The Ministry of Health of the Russian Federation introduced a draft regulation of Pharmacologically Active Substances Register within suggested amendments to the Law “On Medicine circulation”. The Register will be maintained by the Russian PTO, and information recorded in the Register will be open to the public. Recording an active substance in the Register will not be mandatory for patent owners, and will be subject to filing an application and payment of a fee. Before including the substance into the Register, the Russian PTO will review the application and determine if the active ingredient protected by the patent that is at stake is covered by the product marketing authorization. The Russian PTO advised that the main purpose of the Register is to improve the governance of generic products.
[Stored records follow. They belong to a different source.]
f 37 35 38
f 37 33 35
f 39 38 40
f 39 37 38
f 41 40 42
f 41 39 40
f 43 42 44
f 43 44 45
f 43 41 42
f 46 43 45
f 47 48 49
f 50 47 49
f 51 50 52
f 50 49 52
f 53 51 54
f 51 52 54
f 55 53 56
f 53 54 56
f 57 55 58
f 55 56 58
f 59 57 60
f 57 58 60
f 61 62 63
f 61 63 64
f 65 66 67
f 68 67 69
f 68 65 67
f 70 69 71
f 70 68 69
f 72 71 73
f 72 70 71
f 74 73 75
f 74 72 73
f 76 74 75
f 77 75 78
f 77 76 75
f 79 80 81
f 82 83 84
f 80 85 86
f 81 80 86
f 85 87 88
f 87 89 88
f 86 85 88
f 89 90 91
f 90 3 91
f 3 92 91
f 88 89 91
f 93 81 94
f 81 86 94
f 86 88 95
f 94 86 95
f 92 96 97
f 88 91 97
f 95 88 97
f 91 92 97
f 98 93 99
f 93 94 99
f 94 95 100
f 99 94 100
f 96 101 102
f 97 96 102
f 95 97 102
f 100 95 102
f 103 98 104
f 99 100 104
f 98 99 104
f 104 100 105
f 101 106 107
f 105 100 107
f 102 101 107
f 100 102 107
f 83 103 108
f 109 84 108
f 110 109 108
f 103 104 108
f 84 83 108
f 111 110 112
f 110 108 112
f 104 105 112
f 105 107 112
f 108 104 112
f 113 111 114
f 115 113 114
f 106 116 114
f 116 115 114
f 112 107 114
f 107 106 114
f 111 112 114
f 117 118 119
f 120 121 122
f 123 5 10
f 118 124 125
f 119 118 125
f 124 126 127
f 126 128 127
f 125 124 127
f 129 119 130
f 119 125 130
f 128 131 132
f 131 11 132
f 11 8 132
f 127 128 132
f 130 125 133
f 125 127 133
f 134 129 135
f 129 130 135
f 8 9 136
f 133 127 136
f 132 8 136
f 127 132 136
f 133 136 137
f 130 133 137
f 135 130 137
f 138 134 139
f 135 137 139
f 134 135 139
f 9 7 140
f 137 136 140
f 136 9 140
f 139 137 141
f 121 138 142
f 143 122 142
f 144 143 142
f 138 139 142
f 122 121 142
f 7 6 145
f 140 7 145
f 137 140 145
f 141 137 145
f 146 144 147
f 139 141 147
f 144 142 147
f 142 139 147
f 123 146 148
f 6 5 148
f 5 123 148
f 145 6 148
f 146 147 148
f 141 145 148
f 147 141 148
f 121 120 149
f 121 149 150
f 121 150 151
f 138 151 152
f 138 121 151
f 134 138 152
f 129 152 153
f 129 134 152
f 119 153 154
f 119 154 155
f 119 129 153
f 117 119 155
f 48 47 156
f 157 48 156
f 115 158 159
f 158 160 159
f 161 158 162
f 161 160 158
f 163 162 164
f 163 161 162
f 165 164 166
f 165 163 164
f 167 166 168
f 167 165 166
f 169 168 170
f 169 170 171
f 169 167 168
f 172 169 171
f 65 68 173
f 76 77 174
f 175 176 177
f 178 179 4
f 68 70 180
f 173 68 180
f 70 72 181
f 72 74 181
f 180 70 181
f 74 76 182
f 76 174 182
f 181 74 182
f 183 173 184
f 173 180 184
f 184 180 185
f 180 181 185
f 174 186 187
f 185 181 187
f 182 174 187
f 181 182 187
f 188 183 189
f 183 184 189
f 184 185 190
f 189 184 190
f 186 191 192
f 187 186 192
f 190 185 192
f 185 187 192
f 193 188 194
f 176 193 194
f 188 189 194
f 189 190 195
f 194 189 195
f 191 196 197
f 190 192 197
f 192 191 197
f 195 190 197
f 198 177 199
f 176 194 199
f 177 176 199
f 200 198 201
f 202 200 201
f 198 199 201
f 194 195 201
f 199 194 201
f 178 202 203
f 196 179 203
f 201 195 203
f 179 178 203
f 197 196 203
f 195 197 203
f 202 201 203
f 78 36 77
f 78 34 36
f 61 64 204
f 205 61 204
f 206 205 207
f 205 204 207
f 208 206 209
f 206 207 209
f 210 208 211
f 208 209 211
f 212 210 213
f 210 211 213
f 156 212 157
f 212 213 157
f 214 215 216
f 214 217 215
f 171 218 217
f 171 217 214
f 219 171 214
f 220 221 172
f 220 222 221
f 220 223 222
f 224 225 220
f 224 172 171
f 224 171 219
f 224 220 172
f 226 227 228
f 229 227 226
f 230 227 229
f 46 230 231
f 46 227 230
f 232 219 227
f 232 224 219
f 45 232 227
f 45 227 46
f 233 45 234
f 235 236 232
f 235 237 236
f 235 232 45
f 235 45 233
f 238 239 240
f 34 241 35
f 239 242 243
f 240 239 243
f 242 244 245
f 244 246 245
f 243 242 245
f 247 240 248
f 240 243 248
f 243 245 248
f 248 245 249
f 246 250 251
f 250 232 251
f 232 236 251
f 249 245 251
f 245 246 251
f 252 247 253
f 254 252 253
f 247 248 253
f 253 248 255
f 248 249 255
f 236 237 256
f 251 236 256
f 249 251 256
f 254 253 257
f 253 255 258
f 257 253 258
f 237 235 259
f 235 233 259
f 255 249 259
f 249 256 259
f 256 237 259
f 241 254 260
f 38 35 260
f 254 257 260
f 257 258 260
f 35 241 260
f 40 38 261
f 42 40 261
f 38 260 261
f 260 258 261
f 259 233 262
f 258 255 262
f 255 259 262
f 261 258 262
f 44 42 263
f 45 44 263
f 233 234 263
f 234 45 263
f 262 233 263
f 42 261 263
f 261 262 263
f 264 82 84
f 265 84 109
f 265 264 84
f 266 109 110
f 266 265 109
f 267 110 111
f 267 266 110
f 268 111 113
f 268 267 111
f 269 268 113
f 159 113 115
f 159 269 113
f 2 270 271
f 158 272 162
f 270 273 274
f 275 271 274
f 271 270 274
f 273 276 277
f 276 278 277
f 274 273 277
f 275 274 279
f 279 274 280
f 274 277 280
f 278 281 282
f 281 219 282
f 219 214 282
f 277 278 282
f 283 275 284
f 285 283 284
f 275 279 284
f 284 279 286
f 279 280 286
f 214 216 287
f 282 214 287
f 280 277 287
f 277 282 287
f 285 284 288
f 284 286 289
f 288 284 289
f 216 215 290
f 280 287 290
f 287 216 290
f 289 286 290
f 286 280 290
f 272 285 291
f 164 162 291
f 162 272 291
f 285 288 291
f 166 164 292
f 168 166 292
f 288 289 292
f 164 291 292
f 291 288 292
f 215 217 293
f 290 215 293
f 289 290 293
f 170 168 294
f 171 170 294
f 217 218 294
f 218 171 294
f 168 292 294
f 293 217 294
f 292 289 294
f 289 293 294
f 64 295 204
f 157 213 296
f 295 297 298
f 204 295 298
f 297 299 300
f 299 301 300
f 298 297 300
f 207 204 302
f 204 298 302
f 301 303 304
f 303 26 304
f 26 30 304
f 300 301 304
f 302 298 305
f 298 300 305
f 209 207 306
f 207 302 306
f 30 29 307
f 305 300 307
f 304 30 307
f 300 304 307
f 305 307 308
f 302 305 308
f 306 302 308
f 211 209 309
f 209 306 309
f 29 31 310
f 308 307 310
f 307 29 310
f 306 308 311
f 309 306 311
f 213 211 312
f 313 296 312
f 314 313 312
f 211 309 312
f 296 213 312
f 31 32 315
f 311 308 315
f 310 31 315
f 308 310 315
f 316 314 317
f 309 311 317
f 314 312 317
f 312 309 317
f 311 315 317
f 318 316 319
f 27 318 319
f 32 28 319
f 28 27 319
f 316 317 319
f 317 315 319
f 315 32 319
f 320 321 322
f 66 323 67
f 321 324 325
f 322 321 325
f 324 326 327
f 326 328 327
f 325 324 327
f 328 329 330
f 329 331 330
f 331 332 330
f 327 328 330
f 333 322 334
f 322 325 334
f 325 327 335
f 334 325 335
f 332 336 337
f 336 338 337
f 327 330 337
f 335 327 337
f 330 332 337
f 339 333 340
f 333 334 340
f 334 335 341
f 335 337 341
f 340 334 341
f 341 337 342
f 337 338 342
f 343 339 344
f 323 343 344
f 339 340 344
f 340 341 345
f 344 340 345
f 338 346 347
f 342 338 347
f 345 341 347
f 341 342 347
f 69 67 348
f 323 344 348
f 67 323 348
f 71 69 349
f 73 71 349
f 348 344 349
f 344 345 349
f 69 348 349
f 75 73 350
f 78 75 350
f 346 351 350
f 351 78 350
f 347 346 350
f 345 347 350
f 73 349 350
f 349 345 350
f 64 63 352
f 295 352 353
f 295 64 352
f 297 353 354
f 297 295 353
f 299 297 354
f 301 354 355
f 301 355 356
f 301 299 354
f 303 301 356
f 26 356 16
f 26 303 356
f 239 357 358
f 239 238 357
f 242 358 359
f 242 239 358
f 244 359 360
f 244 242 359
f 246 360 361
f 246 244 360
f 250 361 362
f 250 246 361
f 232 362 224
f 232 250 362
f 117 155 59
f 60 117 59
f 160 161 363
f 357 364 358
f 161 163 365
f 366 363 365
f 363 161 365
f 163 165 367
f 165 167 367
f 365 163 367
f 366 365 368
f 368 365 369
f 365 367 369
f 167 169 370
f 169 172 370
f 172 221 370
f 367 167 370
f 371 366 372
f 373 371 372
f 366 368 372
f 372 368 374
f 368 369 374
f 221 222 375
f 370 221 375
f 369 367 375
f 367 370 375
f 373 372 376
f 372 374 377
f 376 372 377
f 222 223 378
Currently, Russian law does not restrict the issuance of marketing authorizations for generic products, but prohibits their marketing during the term of the basic patent for the originator product. The marketing authorization for the generic product can be sought and obtained without restrictions during term of the basic patent for the originator product. The Russian courts do not consider seeking and receiving a marketing authorization a form of use of the patent for originator product. Once the marketing authorization is issued, the company can start production and sales of the product. The only possible way to protect the originator’s patent rights against the marketing of the generic product is to file a suit claiming that production and marketing of the generic product infringes the patent rights of originator, and asking an injunction. The amendment was introduced after several cases, where the generic product entered the Russian market infringing the patent rights protecting originator products of big pharma companies (e.g. case А41-87845/17 Bristol-Myers Squibb v. NATIVA).
The amendment is intended to suspend the marketing of generic products. The application for the marketing authorization will still be allowed and the authorization can be granted, but the marketing authorization for the generic version of the originator product listed in the Register will become effective only after the expiry of the patent that comprises the originator product.